WORK REQUEST
Within the entries below, the lines from the one with "f 341 128 130" through the one with "f 361 141 352" are to be set down exactly, both ends kept.

GIVEN ENTRIES
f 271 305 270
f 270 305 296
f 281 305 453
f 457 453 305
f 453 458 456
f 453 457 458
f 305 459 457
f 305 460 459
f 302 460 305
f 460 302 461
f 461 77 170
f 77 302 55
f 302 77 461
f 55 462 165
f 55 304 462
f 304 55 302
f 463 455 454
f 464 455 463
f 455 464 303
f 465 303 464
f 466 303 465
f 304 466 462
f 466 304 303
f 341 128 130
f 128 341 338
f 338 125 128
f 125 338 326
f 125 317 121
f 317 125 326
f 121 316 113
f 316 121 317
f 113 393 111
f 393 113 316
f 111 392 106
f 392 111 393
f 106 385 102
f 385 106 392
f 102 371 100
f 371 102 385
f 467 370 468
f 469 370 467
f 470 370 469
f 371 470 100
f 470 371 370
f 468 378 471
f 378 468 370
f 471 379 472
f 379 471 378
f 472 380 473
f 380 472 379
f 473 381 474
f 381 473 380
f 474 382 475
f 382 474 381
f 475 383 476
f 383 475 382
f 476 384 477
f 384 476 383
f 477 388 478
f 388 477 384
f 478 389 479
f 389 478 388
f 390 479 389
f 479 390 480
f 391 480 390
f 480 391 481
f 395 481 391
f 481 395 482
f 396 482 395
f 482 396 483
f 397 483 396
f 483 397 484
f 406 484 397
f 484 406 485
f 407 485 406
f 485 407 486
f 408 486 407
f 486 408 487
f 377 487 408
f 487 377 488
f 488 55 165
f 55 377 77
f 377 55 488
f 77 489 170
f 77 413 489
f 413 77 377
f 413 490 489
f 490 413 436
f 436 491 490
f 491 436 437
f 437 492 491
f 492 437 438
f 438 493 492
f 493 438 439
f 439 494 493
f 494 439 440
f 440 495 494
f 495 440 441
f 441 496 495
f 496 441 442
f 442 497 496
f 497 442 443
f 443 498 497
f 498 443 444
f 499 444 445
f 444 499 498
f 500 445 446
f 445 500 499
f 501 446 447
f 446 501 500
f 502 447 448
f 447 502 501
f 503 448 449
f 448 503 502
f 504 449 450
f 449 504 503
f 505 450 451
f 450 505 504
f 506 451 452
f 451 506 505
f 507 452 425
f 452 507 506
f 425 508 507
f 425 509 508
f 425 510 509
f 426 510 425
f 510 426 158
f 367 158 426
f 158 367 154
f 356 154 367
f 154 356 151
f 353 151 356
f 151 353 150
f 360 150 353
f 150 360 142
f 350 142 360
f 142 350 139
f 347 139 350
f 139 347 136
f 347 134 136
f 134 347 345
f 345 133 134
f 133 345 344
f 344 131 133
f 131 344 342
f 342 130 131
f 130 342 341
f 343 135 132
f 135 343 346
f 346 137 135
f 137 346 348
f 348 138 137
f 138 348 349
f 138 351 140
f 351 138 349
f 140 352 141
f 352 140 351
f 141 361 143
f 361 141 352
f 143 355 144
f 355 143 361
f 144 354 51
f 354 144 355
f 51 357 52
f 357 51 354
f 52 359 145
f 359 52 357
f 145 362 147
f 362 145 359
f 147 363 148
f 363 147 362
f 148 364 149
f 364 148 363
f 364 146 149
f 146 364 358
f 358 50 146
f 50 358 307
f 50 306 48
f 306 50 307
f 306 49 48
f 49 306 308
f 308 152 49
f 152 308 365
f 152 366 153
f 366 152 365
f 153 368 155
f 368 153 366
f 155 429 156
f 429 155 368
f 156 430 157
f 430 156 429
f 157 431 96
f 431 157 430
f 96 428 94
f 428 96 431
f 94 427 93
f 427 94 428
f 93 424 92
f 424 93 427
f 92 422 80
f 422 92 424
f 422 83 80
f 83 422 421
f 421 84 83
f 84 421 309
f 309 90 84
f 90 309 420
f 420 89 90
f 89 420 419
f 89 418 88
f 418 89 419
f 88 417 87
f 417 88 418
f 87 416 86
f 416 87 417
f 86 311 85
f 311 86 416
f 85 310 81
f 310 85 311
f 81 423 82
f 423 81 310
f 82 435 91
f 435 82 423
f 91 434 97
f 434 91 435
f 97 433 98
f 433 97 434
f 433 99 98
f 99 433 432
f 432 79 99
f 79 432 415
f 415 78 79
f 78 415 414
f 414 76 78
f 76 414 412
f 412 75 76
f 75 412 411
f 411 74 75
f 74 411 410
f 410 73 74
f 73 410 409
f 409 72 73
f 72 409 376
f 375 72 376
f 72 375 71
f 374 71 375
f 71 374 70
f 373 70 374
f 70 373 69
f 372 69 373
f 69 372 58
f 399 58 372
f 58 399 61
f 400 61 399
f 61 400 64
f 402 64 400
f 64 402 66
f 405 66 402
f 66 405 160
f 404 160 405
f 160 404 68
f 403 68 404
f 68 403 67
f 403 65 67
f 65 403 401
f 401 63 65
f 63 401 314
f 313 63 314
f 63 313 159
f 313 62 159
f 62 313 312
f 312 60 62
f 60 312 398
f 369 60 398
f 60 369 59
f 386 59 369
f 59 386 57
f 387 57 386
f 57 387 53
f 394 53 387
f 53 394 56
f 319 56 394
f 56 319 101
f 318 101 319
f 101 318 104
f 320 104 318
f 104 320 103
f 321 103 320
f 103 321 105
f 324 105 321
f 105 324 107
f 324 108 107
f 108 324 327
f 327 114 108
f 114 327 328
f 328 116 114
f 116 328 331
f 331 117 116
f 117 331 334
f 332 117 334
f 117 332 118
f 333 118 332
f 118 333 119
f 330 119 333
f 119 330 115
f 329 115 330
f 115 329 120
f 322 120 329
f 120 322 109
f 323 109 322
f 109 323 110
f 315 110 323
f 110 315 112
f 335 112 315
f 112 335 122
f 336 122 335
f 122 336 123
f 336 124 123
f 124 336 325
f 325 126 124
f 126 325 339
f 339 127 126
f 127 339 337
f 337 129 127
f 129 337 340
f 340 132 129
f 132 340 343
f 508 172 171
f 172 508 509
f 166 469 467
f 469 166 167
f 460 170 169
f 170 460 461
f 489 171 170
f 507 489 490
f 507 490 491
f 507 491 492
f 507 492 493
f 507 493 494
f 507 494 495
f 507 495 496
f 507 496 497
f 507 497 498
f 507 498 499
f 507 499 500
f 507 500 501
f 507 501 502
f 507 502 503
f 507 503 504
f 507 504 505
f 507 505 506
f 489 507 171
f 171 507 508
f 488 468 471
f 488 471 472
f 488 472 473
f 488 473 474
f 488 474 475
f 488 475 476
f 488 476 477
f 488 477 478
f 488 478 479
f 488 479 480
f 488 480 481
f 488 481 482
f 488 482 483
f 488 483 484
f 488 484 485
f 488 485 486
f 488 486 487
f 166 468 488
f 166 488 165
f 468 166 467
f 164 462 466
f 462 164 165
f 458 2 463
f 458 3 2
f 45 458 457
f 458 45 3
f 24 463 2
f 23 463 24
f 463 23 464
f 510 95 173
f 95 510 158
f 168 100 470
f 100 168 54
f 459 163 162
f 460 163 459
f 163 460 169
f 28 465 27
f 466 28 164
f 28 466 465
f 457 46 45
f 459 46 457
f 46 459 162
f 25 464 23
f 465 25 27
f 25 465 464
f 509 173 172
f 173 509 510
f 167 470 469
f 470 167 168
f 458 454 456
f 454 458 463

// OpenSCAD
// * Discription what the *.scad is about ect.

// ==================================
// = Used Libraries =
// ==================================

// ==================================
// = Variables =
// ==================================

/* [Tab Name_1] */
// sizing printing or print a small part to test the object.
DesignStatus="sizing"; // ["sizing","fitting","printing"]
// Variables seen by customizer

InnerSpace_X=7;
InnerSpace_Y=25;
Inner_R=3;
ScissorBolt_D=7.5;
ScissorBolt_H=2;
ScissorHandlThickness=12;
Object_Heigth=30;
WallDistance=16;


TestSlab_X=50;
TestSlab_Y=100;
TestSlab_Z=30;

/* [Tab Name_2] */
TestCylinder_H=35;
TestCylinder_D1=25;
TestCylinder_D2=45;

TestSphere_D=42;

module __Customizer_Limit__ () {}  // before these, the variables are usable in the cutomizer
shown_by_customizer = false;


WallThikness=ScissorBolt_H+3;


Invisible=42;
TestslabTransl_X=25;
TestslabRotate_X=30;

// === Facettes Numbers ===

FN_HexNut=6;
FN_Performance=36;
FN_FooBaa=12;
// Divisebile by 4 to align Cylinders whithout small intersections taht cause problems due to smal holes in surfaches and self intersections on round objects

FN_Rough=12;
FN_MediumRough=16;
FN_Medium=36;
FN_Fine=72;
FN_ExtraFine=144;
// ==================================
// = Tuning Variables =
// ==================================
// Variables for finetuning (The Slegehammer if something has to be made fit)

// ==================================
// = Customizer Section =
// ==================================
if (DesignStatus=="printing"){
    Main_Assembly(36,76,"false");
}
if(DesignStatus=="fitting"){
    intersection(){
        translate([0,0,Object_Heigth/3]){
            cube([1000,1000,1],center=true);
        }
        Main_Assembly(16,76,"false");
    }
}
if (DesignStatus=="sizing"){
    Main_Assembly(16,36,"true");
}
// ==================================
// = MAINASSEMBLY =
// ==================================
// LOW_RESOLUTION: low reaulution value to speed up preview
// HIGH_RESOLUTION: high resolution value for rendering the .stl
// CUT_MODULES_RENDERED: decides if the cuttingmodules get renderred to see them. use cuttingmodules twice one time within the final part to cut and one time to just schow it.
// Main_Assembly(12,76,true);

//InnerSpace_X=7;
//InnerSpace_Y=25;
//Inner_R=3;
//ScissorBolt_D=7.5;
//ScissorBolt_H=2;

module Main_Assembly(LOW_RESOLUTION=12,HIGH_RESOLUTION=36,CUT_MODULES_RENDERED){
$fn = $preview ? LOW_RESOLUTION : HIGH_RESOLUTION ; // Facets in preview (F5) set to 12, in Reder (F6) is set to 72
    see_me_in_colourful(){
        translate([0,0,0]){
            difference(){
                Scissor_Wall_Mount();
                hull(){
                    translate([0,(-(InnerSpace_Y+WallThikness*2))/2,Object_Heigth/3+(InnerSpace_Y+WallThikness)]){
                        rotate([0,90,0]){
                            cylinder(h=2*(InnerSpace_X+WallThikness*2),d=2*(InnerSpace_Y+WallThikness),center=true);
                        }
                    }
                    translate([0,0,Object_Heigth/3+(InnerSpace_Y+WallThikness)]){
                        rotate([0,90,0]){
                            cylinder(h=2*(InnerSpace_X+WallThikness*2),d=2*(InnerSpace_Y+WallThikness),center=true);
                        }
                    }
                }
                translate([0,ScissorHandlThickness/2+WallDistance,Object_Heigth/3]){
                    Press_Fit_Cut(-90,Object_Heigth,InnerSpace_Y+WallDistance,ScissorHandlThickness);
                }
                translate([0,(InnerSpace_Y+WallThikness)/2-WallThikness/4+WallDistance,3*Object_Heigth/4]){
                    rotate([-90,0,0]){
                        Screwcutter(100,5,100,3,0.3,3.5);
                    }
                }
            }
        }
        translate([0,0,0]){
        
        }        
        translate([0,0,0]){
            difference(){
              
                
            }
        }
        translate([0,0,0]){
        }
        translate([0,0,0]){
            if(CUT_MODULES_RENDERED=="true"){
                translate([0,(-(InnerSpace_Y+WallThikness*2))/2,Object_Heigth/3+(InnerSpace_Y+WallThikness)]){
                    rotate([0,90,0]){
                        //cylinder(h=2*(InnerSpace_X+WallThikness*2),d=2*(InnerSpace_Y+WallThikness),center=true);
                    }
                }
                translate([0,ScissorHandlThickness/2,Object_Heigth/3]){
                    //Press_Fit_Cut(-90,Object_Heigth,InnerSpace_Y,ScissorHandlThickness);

OUTPUT OF THE EXERCISE
f 341 128 130
f 128 341 338
f 338 125 128
f 125 338 326
f 125 317 121
f 317 125 326
f 121 316 113
f 316 121 317
f 113 393 111
f 393 113 316
f 111 392 106
f 392 111 393
f 106 385 102
f 385 106 392
f 102 371 100
f 371 102 385
f 467 370 468
f 469 370 467
f 470 370 469
f 371 470 100
f 470 371 370
f 468 378 471
f 378 468 370
f 471 379 472
f 379 471 378
f 472 380 473
f 380 472 379
f 473 381 474
f 381 473 380
f 474 382 475
f 382 474 381
f 475 383 476
f 383 475 382
f 476 384 477
f 384 476 383
f 477 388 478
f 388 477 384
f 478 389 479
f 389 478 388
f 390 479 389
f 479 390 480
f 391 480 390
f 480 391 481
f 395 481 391
f 481 395 482
f 396 482 395
f 482 396 483
f 397 483 396
f 483 397 484
f 406 484 397
f 484 406 485
f 407 485 406
f 485 407 486
f 408 486 407
f 486 408 487
f 377 487 408
f 487 377 488
f 488 55 165
f 55 377 77
f 377 55 488
f 77 489 170
f 77 413 489
f 413 77 377
f 413 490 489
f 490 413 436
f 436 491 490
f 491 436 437
f 437 492 491
f 492 437 438
f 438 493 492
f 493 438 439
f 439 494 493
f 494 439 440
f 440 495 494
f 495 440 441
f 441 496 495
f 496 441 442
f 442 497 496
f 497 442 443
f 443 498 497
f 498 443 444
f 499 444 445
f 444 499 498
f 500 445 446
f 445 500 499
f 501 446 447
f 446 501 500
f 502 447 448
f 447 502 501
f 503 448 449
f 448 503 502
f 504 449 450
f 449 504 503
f 505 450 451
f 450 505 504
f 506 451 452
f 451 506 505
f 507 452 425
f 452 507 506
f 425 508 507
f 425 509 508
f 425 510 509
f 426 510 425
f 510 426 158
f 367 158 426
f 158 367 154
f 356 154 367
f 154 356 151
f 353 151 356
f 151 353 150
f 360 150 353
f 150 360 142
f 350 142 360
f 142 350 139
f 347 139 350
f 139 347 136
f 347 134 136
f 134 347 345
f 345 133 134
f 133 345 344
f 344 131 133
f 131 344 342
f 342 130 131
f 130 342 341
f 343 135 132
f 135 343 346
f 346 137 135
f 137 346 348
f 348 138 137
f 138 348 349
f 138 351 140
f 351 138 349
f 140 352 141
f 352 140 351
f 141 361 143
f 361 141 352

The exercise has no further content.